Dans cette partie, topo de la vie de Yeshoua depuis sa Naissance. Nul doute qu'il a suivi une éducation Essenienne car c'était la seule communauté qui détestait les honneurs, était opposée donc aux Pharisiens, pratiquait l'ascèse, possédait la Science de la Guérison et appliquait la Loi de Moïse à la lettre en pratiquant la vie Communautaire où tout était partagé. Jean-Baptiste était aussi Essenien. Tous les deux se connaissaient car ils étaient cousins et nul doute que l'apparition de Baptiste dans le monde d'alors était quelque chose de préparé, par les Esseniens même. Yeshoua possédant toutes les aptitudes car le meilleur en préparation chez les thérapeutes, son apparition ne fut pas non plus un hasard. Il faut noter qu'il n'est jamais fait question des Esseniens dans le Nouveau Testament tout comme il n'est jamais fait question des Egyptiens -dont Moïse est pourtant issu- dans l'Ancien Testament. Ce qui est passé sous silence est donc de la plus haute importance pour qui veut comprendre la trame de ces deux destins dont les humains dans leurs Ecritures ont faussé l'existence. Mais l'Humanité porte aujourd'hui le fardeau de ces omissions volontaires, de ces mensonges et de cette Imposture. Car nul ne peut ignorer que ce qui règne aujourd'hui en Israël est à l'opposé de ce que voulurent instaurer les deux prophètes. A savoir la Fraternité.

 

Le vrai christianisme suivant Jésus-Christ 5

 

par Etienne Cabet

Ex-procureur général, ex-député

1848

4ème partie

3ème partie

2ème partie

1ère partie



CHAPITRE II.
DEPUIS SA NAISSANCE JUSQU'A SA PRÉDICATION.

 

§ I. — Naissance de Jésus-Christ.

On prétend que, dès le temps de Moïse, Dieu avait résolu :

  «   D'envoyer un autre Messie, Jésus, son propre Fils ;— de le faire annoncer par Moïse et par les Prophètes; — de le faire naître sous la figure humaine, dans le sein de Marie, jeune fille du Peuple, encore vierge, habitant Nazareth; — de la faire concevoir sans union corporelle avec aucun homme, par la seule influence spirituelle de sa volonté divine, en employant néanmoins l'Ange Gabriel, dans un songe ou rêve, comme l'agent et l'organe de sa parole; — de la faire épouser ensuite par le charpentier Joseph en lui laissant ignorer qu'elle était enceinte: — de lui envoyer de nouveau l'Ange Gabriel, encore dans un songe, pour calmer sa colère quand il découvrirait la grossesse et la conception antérieure au mariage, pour l'empêcher de répudier Marie et de la déshonorer, pour le déterminer au contraire à reconnaître et adopter l'enfant comme son propre fils ; — de la faire accoucher à Betléem, dans une étable, sur de la paille;— d'envoyer de nouveau l'Ange Gabriel à Joseph, toujours dans un songe, pour l'engager à se réfugier en Egypte en emmenant sur un âne Marie et Jésus, pour le soustraire à la barbarie du Roi Hérode qui ordonnera de tuer tous les enfants mâles à Bethléem, afin d'être sûr de tuer le Messie qui pourrait lui ravir sa couronne ;— et de donner a Marie et à Joseph plusieurs autres enfants qui seront les frères et sœurs de Jésus, charpentiers comme leur père, et avec lesquels il sera quelque temps charpentier lui-même.  » (Math., I et II. — Luc, I et II, — Jean, I.)

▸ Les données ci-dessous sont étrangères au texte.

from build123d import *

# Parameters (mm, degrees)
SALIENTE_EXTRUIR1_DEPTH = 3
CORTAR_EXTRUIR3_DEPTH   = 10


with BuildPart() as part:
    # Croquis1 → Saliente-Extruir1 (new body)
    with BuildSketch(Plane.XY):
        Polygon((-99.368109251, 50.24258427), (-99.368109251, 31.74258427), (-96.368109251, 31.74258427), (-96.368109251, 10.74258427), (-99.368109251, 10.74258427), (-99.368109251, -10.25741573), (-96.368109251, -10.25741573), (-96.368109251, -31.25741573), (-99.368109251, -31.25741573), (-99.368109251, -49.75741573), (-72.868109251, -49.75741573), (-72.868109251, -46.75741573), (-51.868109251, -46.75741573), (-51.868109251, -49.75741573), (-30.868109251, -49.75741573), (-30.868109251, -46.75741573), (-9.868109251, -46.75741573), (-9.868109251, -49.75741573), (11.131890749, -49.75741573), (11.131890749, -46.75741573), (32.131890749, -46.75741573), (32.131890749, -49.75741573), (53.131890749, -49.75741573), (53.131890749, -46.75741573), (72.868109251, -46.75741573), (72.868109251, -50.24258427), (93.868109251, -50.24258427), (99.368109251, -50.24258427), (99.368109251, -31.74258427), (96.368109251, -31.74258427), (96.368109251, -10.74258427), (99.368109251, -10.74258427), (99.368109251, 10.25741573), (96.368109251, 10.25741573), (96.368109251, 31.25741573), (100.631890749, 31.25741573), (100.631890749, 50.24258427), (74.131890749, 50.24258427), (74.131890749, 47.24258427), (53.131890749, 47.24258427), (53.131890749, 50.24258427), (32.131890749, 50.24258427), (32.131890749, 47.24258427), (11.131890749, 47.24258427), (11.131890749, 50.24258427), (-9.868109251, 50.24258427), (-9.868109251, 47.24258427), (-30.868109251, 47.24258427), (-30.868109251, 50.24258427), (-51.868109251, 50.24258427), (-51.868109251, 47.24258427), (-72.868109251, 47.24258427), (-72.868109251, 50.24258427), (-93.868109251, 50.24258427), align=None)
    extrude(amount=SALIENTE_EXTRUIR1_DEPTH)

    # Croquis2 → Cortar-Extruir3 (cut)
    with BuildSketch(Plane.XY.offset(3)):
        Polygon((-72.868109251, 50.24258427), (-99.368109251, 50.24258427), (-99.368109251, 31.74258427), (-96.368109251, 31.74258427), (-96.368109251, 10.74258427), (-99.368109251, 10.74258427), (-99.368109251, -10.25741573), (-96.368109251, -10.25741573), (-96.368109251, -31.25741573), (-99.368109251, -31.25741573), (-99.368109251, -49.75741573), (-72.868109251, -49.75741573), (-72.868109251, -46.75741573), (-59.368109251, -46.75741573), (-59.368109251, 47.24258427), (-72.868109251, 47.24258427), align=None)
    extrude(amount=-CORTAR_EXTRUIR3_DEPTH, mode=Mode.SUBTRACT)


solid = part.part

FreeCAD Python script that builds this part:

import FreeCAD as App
import Part
import Sketcher
Q = App.Units.Quantity

doc = App.newDocument("Part")
body = doc.addObject("PartDesign::Body", "Body")

# Sketch on XY plane
sketch1 = body.newObject("Sketcher::SketchObject", "Sketch")
sketch1.AttachmentSupport = (doc.getObject("XY_Plane"), [""])
sketch1.MapMode = "FlatFace"
sketch1.addGeometry(Part.LineSegment(App.Vector(-99.4, 50.2, 0), App.Vector(-99.4, 31.7, 0)), False)
sketch1.addGeometry(Part.LineSegment(App.Vector(-99.4, 31.7, 0), App.Vector(-96.4, 31.7, 0)), False)
sketch1.addGeometry(Part.LineSegment(App.Vector(-96.4, 31.7, 0), App.Vector(-96.4, 10.7, 0)), False)
sketch1.addGeometry(Part.LineSegment(App.Vector(-96.4, 10.7, 0), App.Vector(-99.4, 10.7, 0)), False)
sketch1.addGeometry(Part.LineSegment(App.Vector(-99.4, 10.7, 0), App.Vector(-99.4, -10.3, 0)), False)
sketch1.addGeometry(Part.LineSegment(App.Vector(-99.4, -10.3, 0), App.Vector(-96.4, -10.3, 0)), False)
sketch1.addGeometry(Part.LineSegment(App.Vector(-96.4, -10.3, 0), App.Vector(-96.4, -31.3, 0)), False)
sketch1.addGeometry(Part.LineSegment(App.Vector(-96.4, -31.3, 0), App.Vector(-99.4, -31.3, 0)), False)
sketch1.addGeometry(Part.LineSegment(App.Vector(-99.4, -31.3, 0), App.Vector(-99.4, -49.8, 0)), False)
sketch1.addGeometry(Part.LineSegment(App.Vector(-99.4, -49.8, 0), App.Vector(-72.9, -49.8, 0)), False)
sketch1.addGeometry(Part.LineSegment(App.Vector(-72.9, -49.8, 0), App.Vector(-72.9, -46.8, 0)), False)
sketch1.addGeometry(Part.LineSegment(App.Vector(-72.9, -46.8, 0), App.Vector(-51.9, -46.8, 0)), False)
sketch1.addGeometry(Part.LineSegment(App.Vector(-51.9, -46.8, 0), App.Vector(-51.9, -49.8, 0)), False)
sketch1.addGeometry(Part.LineSegment(App.Vector(-51.9, -49.8, 0), App.Vector(-30.9, -49.8, 0)), False)
sketch1.addGeometry(Part.LineSegment(App.Vector(-30.9, -49.8, 0), App.Vector(-30.9, -46.8, 0)), False)
sketch1.addGeometry(Part.LineSegment(App.Vector(-30.9, -46.8, 0), App.Vector(-9.9, -46.8, 0)), False)
sketch1.addGeometry(Part.LineSegment(App.Vector(-9.9, -46.8, 0), App.Vector(-9.9, -49.8, 0)), False)
sketch1.addGeometry(Part.LineSegment(App.Vector(-9.9, -49.8, 0), App.Vector(11.1, -49.8, 0)), False)
sketch1.addGeometry(Part.LineSegment(App.Vector(11.1, -49.8, 0), App.Vector(11.1, -46.8, 0)), False)
sketch1.addGeometry(Part.LineSegment(App.Vector(11.1, -46.8, 0), App.Vector(32.1, -46.8, 0)), False)
sketch1.addGeometry(Part.LineSegment(App.Vector(32.1, -46.8, 0), App.Vector(32.1, -49.8, 0)), False)
sketch1.addGeometry(Part.LineSegment(App.Vector(32.1, -49.8, 0), App.Vector(53.1, -49.8, 0)), False)
sketch1.addGeometry(Part.LineSegment(App.Vector(53.1, -49.8, 0), App.Vector(53.1, -46.8, 0)), False)
sketch1.addGeometry(Part.LineSegment(App.Vector(53.1, -46.8, 0), App.Vector(72.9, -46.8, 0)), False)
sketch1.addGeometry(Part.LineSegment(App.Vector(72.9, -46.8, 0), App.Vector(72.9, -50.2, 0)), False)
sketch1.addGeometry(Part.LineSegment(App.Vector(72.9, -50.2, 0), App.Vector(99.4, -50.2, 0)), False)
sketch1.addGeometry(Part.LineSegment(App.Vector(99.4, -50.2, 0), App.Vector(99.4, -31.7, 0)), False)
sketch1.addGeometry(Part.LineSegment(App.Vector(99.4, -31.7, 0), App.Vector(96.4, -31.7, 0)), False)
sketch1.addGeometry(Part.LineSegment(App.Vector(96.4, -31.7, 0), App.Vector(96.4, -10.7, 0)), False)
sketch1.addGeometry(Part.LineSegment(App.Vector(96.4, -10.7, 0), App.Vector(99.4, -10.7, 0)), False)
sketch1.addGeometry(Part.LineSegment(App.Vector(99.4, -10.7, 0), App.Vector(99.4, 10.3, 0)), False)
sketch1.addGeometry(Part.LineSegment(App.Vector(99.4, 10.3, 0), App.Vector(96.4, 10.3, 0)), False)
sketch1.addGeometry(Part.LineSegment(App.Vector(96.4, 10.3, 0), App.Vector(96.4, 31.3, 0)), False)
sketch1.addGeometry(Part.LineSegment(App.Vector(96.4, 31.3, 0), App.Vector(100.6, 31.3, 0)), False)
sketch1.addGeometry(Part.LineSegment(App.Vector(100.6, 31.3, 0), App.Vector(100.6, 50.2, 0)), False)
sketch1.addGeometry(Part.LineSegment(App.Vector(100.6, 50.2, 0), App.Vector(74.1, 50.2, 0)), False)
sketch1.addGeometry(Part.LineSegment(App.Vector(74.1, 50.2, 0), App.Vector(74.1, 47.2, 0)), False)
sketch1.addGeometry(Part.LineSegment(App.Vector(74.1, 47.2, 0), App.Vector(53.1, 47.2, 0)), False)
sketch1.addGeometry(Part.LineSegment(App.Vector(53.1, 47.2, 0), App.Vector(53.1, 50.2, 0)), False)
sketch1.addGeometry(Part.LineSegment(App.Vector(53.1, 50.2, 0), App.Vector(32.1, 50.2, 0)), False)
sketch1.addGeometry(Part.LineSegment(App.Vector(32.1, 50.2, 0), App.Vector(32.1, 47.2, 0)), False)
sketch1.addGeometry(Part.LineSegment(App.Vector(32.1, 47.2, 0), App.Vector(11.1, 47.2, 0)), False)
sketch1.addGeometry(Part.LineSegment(App.Vector(11.1, 47.2, 0), App.Vector(11.1, 50.2, 0)), False)
sketch1.addGeometry(Part.LineSegment(App.Vector(11.1, 50.2, 0), App.Vector(-9.9, 50.2, 0)), False)
sketch1.addGeometry(Part.LineSegment(App.Vector(-9.9, 50.2, 0), App.Vector(-9.9, 47.2, 0)), False)
sketch1.addGeometry(Part.LineSegment(App.Vector(-9.9, 47.2, 0), App.Vector(-30.9, 47.2, 0)), False)
sketch1.addGeometry(Part.LineSegment(App.Vector(-30.9, 47.2, 0), App.Vector(-30.9, 50.2, 0)), False)
sketch1.addGeometry(Part.LineSegment(App.Vector(-30.9, 50.2, 0), App.Vector(-51.9, 50.2, 0)), False)
sketch1.addGeometry(Part.LineSegment(App.Vector(-51.9, 50.2, 0), App.Vector(-51.9, 47.2, 0)), False)
sketch1.addGeometry(Part.LineSegment(App.Vector(-51.9, 47.2, 0), App.Vector(-72.9, 47.2, 0)), False)
sketch1.addGeometry(Part.LineSegment(App.Vector(-72.9, 47.2, 0), App.Vector(-72.9, 50.2, 0)), False)
sketch1.addGeometry(Part.LineSegment(App.Vector(-72.9, 50.2, 0), App.Vector(-99.4, 50.2, 0)), False)
sketch1.addConstraint(Sketcher.Constraint("Coincident", 0, 2, 1, 1))
sketch1.addConstraint(Sketcher.Constraint("Coincident", 1, 2, 2, 1))
sketch1.addConstraint(Sketcher.Constraint("Coincident", 2, 2, 3, 1))
sketch1.addConstraint(Sketcher.Constraint("Coincident", 3, 2, 4, 1))
sketch1.addConstraint(Sketcher.Constraint("Coincident", 4, 2, 5, 1))
sketch1.addConstraint(Sketcher.Constraint("Coincident", 5, 2, 6, 1))
sketch1.addConstraint(Sketcher.Constraint("Coincident", 6, 2, 7, 1))
sketch1.addConstraint(Sketcher.Constraint("Coincident", 7, 2, 8, 1))
sketch1.addConstraint(Sketcher.Constraint("Coincident", 8, 2, 9, 1))
sketch1.addConstraint(Sketcher.Constraint("Coincident", 9, 2, 10, 1))
sketch1.addConstraint(Sketcher.Constraint("Coincident", 10, 2, 11, 1))
sketch1.addConstraint(Sketcher.Constraint("Coincident", 11, 2, 12, 1))
sketch1.addConstraint(Sketcher.Constraint("Coincident", 12, 2, 13, 1))
sketch1.addConstraint(Sketcher.Constraint("Coincident", 13, 2, 14, 1))
sketch1.addConstraint(Sketcher.Constraint("Coincident", 14, 2, 15, 1))
sketch1.addConstraint(Sketcher.Constraint("Coincident", 15, 2, 16, 1))
sketch1.addConstraint(Sketcher.Constraint("Coincident", 16, 2, 17, 1))
sketch1.addConstraint(Sketcher.Constraint("Coincident", 17, 2, 18, 1))
sketch1.addConstraint(Sketcher.Constraint("Coincident", 18, 2, 19, 1))
sketch1.addConstraint(Sketcher.Constraint("Coincident", 19, 2, 20, 1))
sketch1.addConstraint(Sketcher.Constraint("Coincident", 20, 2, 21, 1))
sketch1.addConstraint(Sketcher.Constraint("Coincident", 21, 2, 22, 1))
sketch1.addConstraint(Sketcher.Constraint("Coincident", 22, 2, 23, 1))
sketch1.addConstraint(Sketcher.Constraint("Coincident", 23, 2, 24, 1))
sketch1.addConstraint(Sketcher.Constraint("Coincident", 24, 2, 25, 1))
sketch1.addConstraint(Sketcher.Constraint("Coincident", 25, 2, 26, 1))
sketch1.addConstraint(Sketcher.Constraint("Coincident", 26, 2, 27, 1))
sketch1.addConstraint(Sketcher.Constraint("Coincident", 27, 2, 28, 1))
sketch1.addConstraint(Sketcher.Constraint("Coincident", 28, 2, 29, 1))
sketch1.addConstraint(Sketcher.Constraint("Coincident", 29, 2, 30, 1))
sketch1.addConstraint(Sketcher.Constraint("Coincident", 30, 2, 31, 1))
sketch1.addConstraint(Sketcher.Constraint("Coincident", 31, 2, 32, 1))
sketch1.addConstraint(Sketcher.Constraint("Coincident", 32, 2, 33, 1))
sketch1.addConstraint(Sketcher.Constraint("Coincident", 33, 2, 34, 1))
sketch1.addConstraint(Sketcher.Constraint("Coincident", 34, 2, 35, 1))
sketch1.addConstraint(Sketcher.Constraint("Coincident", 35, 2, 36, 1))
sketch1.addConstraint(Sketcher.Constraint("Coincident", 36, 2, 37, 1))
sketch1.addConstraint(Sketcher.Constraint("Coincident", 37, 2, 38, 1))
sketch1.addConstraint(Sketcher.Constraint("Coincident", 38, 2, 39, 1))
sketch1.addConstraint(Sketcher.Constraint("Coincident", 39, 2, 40, 1))
sketch1.addConstraint(Sketcher.Constraint("Coincident", 40, 2, 41, 1))
sketch1.addConstraint(Sketcher.Constraint("Coincident", 41, 2, 42, 1))
sketch1.addConstraint(Sketcher.Constraint("Coincident", 42, 2, 43, 1))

Voilà les faits racontés par les Évangélistes : nous les acceptons. Maintenant, réfléchissons et raisonnons !

Quand Dieu veut accorder à une femme l'honneur d'être la MERE du Messie, qui choisit-il ? Est-ce une Princesse ? UneVierge noble et riche? Non! c'est une jeune fille du Peuple, pauvre et obscure !

Qui choisit-il pour PÈRE adoptif ? Est-ce un Empereur romain , un Roi, un Pontife, un Sénateur, un Prêtre, un riche ? Non ! c'est un pauvre charpentier, qui donnera pour FRÈRES à Jésus d'autres charpentiers !

Où fait-il naître Jésus ? Dans un palais et sur la pourpre ? Non ! dans une étable, sur la paille, dans la persécution et la proscription !

Il fait naître le Messie, son fils bien-aimé, parmi les prolétaires, les pauvres, les travailleurs, les persécutés et les proscrits !

Il fait jouer au Roi le rôle d'un égoïste et d'un barbare qui, pour conserver son trône et sa dynastie, veut faire massacrer tous les enfants d'une de ses provinces, afin de tuer l'Enfant-Dieu et de l'empêcher de faire le jalut et le bonheur de l'Humanité ! Quel abominable Roi que cet Hérode!

§ II. — Noms de Jésus.


Les Évangélistes affirment que Dieu a résolu :

 

De faire nommer son fils tantôt Emmanuel (mot qui signifie Dieu avec vous), tantôt Jésus (mot qui signifie Sauveur), tantôt Christ ou le Christ (mot qui signifie Messie, Oint du Seigneur, Sacré ou consacré à Dieu, Roi, Pontife, Chef ou Conducteur du Peuple), tantôt Jésus-Christ, tantôt Nazaréen (consacré à Dieu ou habitant de Nazareth). » (Math. , I et II.)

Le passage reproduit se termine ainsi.